-------- RECORDS PROVIDED
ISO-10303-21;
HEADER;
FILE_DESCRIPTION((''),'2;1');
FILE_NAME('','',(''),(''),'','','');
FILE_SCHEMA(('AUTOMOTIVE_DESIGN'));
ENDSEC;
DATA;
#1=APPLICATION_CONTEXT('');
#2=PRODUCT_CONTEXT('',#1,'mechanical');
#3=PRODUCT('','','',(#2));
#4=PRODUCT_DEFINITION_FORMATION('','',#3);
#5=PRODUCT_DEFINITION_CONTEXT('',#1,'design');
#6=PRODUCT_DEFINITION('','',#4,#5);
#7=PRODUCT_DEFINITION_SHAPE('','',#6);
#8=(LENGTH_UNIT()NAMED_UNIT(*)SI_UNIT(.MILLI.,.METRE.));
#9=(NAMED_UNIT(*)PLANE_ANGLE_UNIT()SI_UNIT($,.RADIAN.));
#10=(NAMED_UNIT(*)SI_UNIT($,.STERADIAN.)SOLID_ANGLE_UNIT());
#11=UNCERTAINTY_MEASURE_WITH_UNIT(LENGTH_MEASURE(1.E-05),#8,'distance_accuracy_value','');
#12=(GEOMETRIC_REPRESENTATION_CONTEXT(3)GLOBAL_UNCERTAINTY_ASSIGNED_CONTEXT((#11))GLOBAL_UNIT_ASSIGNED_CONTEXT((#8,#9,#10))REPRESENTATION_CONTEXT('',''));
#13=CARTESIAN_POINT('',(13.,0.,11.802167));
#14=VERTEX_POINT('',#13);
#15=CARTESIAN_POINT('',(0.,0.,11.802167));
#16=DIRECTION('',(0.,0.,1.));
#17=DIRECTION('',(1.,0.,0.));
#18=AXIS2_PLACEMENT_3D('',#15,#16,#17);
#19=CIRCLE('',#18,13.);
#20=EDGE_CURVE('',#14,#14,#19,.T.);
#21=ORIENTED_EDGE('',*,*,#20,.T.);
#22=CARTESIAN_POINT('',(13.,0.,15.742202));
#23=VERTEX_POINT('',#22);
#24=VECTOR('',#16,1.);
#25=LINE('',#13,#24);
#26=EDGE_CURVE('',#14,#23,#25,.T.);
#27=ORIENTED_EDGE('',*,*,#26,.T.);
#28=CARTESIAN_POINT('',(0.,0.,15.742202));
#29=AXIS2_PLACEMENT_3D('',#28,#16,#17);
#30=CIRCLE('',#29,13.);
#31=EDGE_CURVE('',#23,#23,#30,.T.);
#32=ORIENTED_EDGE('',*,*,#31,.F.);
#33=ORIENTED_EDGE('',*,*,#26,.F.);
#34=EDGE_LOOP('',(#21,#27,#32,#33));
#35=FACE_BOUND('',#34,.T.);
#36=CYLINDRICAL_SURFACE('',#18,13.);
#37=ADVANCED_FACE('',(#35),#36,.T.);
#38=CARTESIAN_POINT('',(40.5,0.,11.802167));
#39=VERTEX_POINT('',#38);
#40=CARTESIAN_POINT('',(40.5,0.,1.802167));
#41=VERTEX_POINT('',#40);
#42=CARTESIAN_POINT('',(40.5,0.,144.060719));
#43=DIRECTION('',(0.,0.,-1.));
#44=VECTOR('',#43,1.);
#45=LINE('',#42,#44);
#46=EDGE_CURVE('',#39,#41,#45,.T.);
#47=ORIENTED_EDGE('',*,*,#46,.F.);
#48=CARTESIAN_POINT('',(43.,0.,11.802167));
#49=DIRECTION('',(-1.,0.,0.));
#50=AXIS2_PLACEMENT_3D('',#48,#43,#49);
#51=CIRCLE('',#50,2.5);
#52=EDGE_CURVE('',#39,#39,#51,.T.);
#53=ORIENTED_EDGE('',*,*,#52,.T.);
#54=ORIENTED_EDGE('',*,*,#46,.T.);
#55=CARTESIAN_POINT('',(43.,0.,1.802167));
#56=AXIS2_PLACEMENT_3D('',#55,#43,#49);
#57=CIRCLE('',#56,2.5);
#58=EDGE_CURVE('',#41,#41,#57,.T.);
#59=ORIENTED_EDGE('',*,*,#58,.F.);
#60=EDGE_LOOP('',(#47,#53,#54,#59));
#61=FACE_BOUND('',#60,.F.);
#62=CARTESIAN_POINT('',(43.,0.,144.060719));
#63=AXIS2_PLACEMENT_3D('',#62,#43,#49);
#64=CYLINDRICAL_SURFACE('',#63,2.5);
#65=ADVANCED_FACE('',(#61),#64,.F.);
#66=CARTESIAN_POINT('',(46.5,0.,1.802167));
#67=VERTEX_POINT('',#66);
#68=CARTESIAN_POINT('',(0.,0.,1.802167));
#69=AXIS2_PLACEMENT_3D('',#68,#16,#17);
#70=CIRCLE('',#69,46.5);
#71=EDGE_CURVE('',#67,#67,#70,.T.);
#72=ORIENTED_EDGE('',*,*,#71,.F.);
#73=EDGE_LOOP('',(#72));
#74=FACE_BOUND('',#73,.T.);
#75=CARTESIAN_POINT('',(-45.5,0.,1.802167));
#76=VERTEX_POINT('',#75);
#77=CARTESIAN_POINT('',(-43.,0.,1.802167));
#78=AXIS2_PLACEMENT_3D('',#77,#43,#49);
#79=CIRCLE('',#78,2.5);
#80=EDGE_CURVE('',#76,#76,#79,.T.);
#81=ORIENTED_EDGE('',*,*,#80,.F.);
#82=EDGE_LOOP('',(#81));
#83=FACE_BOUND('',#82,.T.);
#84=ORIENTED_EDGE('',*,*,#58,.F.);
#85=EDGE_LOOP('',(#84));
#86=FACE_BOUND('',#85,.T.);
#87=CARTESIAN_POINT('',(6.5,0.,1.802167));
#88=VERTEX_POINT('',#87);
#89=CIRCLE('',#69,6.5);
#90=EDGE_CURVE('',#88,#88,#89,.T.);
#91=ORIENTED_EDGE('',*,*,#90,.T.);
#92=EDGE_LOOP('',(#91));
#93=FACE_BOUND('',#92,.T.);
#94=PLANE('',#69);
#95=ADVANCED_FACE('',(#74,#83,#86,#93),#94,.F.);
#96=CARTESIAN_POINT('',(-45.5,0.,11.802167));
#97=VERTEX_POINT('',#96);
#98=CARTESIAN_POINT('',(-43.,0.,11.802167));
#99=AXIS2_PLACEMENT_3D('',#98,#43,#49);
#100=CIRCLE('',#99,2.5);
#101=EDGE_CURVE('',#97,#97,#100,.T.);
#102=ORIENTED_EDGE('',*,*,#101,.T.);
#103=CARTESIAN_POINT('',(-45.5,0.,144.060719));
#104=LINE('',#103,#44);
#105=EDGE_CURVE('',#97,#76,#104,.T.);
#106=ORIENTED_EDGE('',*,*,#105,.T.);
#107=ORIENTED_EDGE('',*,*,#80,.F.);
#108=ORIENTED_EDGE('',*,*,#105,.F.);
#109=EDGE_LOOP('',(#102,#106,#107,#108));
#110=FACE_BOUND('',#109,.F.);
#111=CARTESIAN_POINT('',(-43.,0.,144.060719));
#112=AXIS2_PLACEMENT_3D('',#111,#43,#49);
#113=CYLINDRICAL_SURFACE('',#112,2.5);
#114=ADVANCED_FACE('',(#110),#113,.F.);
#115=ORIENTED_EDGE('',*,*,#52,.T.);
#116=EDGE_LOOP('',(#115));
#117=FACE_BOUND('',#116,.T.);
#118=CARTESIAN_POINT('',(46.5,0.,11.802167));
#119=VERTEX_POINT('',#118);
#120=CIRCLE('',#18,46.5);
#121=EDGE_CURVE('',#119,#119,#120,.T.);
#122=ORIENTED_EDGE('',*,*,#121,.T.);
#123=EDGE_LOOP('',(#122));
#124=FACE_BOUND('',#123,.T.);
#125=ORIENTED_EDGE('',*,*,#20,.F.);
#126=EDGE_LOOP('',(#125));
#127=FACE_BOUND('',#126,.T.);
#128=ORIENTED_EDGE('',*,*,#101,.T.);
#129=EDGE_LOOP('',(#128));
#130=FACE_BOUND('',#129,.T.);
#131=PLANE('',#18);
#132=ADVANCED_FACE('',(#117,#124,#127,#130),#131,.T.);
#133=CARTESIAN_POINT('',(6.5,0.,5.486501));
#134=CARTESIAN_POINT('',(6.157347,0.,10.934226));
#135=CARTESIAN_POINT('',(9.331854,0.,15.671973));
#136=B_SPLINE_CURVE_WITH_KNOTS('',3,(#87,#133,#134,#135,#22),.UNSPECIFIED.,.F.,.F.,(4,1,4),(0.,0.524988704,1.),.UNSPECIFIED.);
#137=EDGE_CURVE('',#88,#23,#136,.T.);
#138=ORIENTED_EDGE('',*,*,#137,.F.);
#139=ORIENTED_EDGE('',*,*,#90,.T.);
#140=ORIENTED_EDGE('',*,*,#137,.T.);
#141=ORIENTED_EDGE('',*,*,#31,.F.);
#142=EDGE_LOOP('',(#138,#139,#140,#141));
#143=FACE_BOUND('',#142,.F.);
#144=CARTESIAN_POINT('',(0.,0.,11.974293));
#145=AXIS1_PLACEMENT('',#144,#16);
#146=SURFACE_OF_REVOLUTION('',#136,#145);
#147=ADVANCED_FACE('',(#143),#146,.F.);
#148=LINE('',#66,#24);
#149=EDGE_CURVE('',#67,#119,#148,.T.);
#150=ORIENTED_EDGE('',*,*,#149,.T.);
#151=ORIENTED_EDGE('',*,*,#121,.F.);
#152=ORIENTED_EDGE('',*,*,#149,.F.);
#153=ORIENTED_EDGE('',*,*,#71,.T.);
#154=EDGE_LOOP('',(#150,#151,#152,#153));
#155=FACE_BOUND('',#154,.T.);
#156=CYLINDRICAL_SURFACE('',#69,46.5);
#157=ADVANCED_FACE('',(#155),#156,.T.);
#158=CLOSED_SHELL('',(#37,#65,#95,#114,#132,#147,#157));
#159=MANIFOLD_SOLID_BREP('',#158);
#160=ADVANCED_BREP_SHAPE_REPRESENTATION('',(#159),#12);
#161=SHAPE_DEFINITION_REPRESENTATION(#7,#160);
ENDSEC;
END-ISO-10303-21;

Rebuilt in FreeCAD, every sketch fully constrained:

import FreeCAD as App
import Part
import Sketcher

V = App.Vector
Q = App.Units.Quantity

doc = App.newDocument("Part")
params = doc.addObject("Spreadsheet::Sheet", "Params")
for row, (alias, value) in enumerate([
    ("sketch1_width", "40 mm"),
    ("sketch1_height", "10 mm"),
    ("revolution_angle", "360 deg"),
    ("sketch2_diameter", "5 mm"),
    ("hole_diameter", "5 mm"),
], start=1):
    params.set(f"A{row}", alias)
    params.set(f"B{row}", "=" + value)
    params.setAlias(f"B{row}", alias)

body = doc.addObject("PartDesign::Body", "Body")

sketch1 = body.newObject("Sketcher::SketchObject", "Sketch")
sketch1.AttachmentSupport = (doc.getObject("XZ_Plane"), [""])
sketch1.MapMode = "FlatFace"
sketch1.addGeometry([
    Part.BSplineCurve([V(6.5, 1.802167, 0), V(6.5, 5.486501, 0), V(6.157347, 10.934226, 0), V(9.331854, 15.671973, 0), V(13, 15.742202, 0)], [4, 1, 4], [0, 0.524988704, 1], False, 3, [1, 1, 1, 1, 1], False),
    Part.LineSegment(V(6.5, 1.802167, 0), V(46.5, 1.802167, 0)),
    Part.LineSegment(V(46.5, 1.802167, 0), V(46.5, 11.802167, 0)),
    Part.LineSegment(V(46.5, 11.802167, 0), V(13, 11.802167, 0)),
    Part.LineSegment(V(13, 11.802167, 0), V(13, 15.742202, 0)),
], False)
sketch1.addConstraint([
    Sketcher.Constraint("Block", 0),
    Sketcher.Constraint("Coincident", 0, 1, 1, 1),
    Sketcher.Constraint("Coincident", 1, 2, 2, 1),
    Sketcher.Constraint("Coincident", 2, 2, 3, 1),
    Sketcher.Constraint("Coincident", 3, 2, 4, 1),
    Sketcher.Constraint("Coincident", 4, 2, 0, 2),
    Sketcher.Constraint("Horizontal", 1),
    Sketcher.Constraint("Vertical", 2),
    Sketcher.Constraint("Horizontal", 3),
    Sketcher.Constraint("Vertical", 4),
    Sketcher.Constraint("DistanceX", 1, 1, 1, 2, Q("40 mm")),
    Sketcher.Constraint("DistanceY", 2, 1, 2, 2, Q("10 mm")),
])
sketch1.setExpression("Constraints[10]", "Params.sketch1_width")
sketch1.setExpression("Constraints[11]", "Params.sketch1_height")
revolution = body.newObject("PartDesign::Revolution", "Revolution")
revolution.Profile = sketch1
revolution.ReferenceAxis = (sketch1, ["V_Axis"])
revolution.setExpression("Angle", "Params.revolution_angle")

sketch2 = body.newObject("Sketcher::SketchObject", "Sketch001")
sketch2.AttachmentSupport = (doc.getObject("XY_Plane"), [""])
sketch2.MapMode = "FlatFace"
sketch2.AttachmentOffset = App.Placement(V(0, 0, 11.802167), App.Rotation())
sketch2.addGeometry([
    Part.Circle(V(-43, 0, 0), V(0, 0, 1), 2.5),
    Part.Circle(V(43, 0, 0), V(0, 0, 1), 2.5),
], False)
sketch2.addConstraint([
    Sketcher.Constraint("Equal", 0, 1),
    Sketcher.Constraint("Symmetric", 0, 3, 1, 3, -1, 1),
    Sketcher.Constraint("PointOnObject", 0, 3, -1),
    Sketcher.Constraint("Diameter", 0, Q("5 mm")),
    Sketcher.Constraint("DistanceX", 0, 3, -1, 1, Q("43 mm")),
])
sketch2.setExpression("Constraints[3]", "Params.sketch2_diameter")
doc.recompute()
hole = body.newObject("PartDesign::Hole", "Hole")
hole.Profile = sketch2
hole.ThreadType = "None"
hole.setExpression("Diameter", "Params.hole_diameter")
hole.DepthType = "ThroughAll"

doc.recompute()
----------------
WORK INSTRUCTION
Where the data above reaches the line holding "#92=EDGE_LOOP('',(#91));", begin printing, and stop after the line holding "#142=EDGE_LOOP('',(#138,#139,#140,#141));". Each line must be reproduced exactly, with nothing else added.

FINAL ANSWER
#92=EDGE_LOOP('',(#91));
#93=FACE_BOUND('',#92,.T.);
#94=PLANE('',#69);
#95=ADVANCED_FACE('',(#74,#83,#86,#93),#94,.F.);
#96=CARTESIAN_POINT('',(-45.5,0.,11.802167));
#97=VERTEX_POINT('',#96);
#98=CARTESIAN_POINT('',(-43.,0.,11.802167));
#99=AXIS2_PLACEMENT_3D('',#98,#43,#49);
#100=CIRCLE('',#99,2.5);
#101=EDGE_CURVE('',#97,#97,#100,.T.);
#102=ORIENTED_EDGE('',*,*,#101,.T.);
#103=CARTESIAN_POINT('',(-45.5,0.,144.060719));
#104=LINE('',#103,#44);
#105=EDGE_CURVE('',#97,#76,#104,.T.);
#106=ORIENTED_EDGE('',*,*,#105,.T.);
#107=ORIENTED_EDGE('',*,*,#80,.F.);
#108=ORIENTED_EDGE('',*,*,#105,.F.);
#109=EDGE_LOOP('',(#102,#106,#107,#108));
#110=FACE_BOUND('',#109,.F.);
#111=CARTESIAN_POINT('',(-43.,0.,144.060719));
#112=AXIS2_PLACEMENT_3D('',#111,#43,#49);
#113=CYLINDRICAL_SURFACE('',#112,2.5);
#114=ADVANCED_FACE('',(#110),#113,.F.);
#115=ORIENTED_EDGE('',*,*,#52,.T.);
#116=EDGE_LOOP('',(#115));
#117=FACE_BOUND('',#116,.T.);
#118=CARTESIAN_POINT('',(46.5,0.,11.802167));
#119=VERTEX_POINT('',#118);
#120=CIRCLE('',#18,46.5);
#121=EDGE_CURVE('',#119,#119,#120,.T.);
#122=ORIENTED_EDGE('',*,*,#121,.T.);
#123=EDGE_LOOP('',(#122));
#124=FACE_BOUND('',#123,.T.);
#125=ORIENTED_EDGE('',*,*,#20,.F.);
#126=EDGE_LOOP('',(#125));
#127=FACE_BOUND('',#126,.T.);
#128=ORIENTED_EDGE('',*,*,#101,.T.);
#129=EDGE_LOOP('',(#128));
#130=FACE_BOUND('',#129,.T.);
#131=PLANE('',#18);
#132=ADVANCED_FACE('',(#117,#124,#127,#130),#131,.T.);
#133=CARTESIAN_POINT('',(6.5,0.,5.486501));
#134=CARTESIAN_POINT('',(6.157347,0.,10.934226));
#135=CARTESIAN_POINT('',(9.331854,0.,15.671973));
#136=B_SPLINE_CURVE_WITH_KNOTS('',3,(#87,#133,#134,#135,#22),.UNSPECIFIED.,.F.,.F.,(4,1,4),(0.,0.524988704,1.),.UNSPECIFIED.);
#137=EDGE_CURVE('',#88,#23,#136,.T.);
#138=ORIENTED_EDGE('',*,*,#137,.F.);
#139=ORIENTED_EDGE('',*,*,#90,.T.);
#140=ORIENTED_EDGE('',*,*,#137,.T.);
#141=ORIENTED_EDGE('',*,*,#31,.F.);
#142=EDGE_LOOP('',(#138,#139,#140,#141));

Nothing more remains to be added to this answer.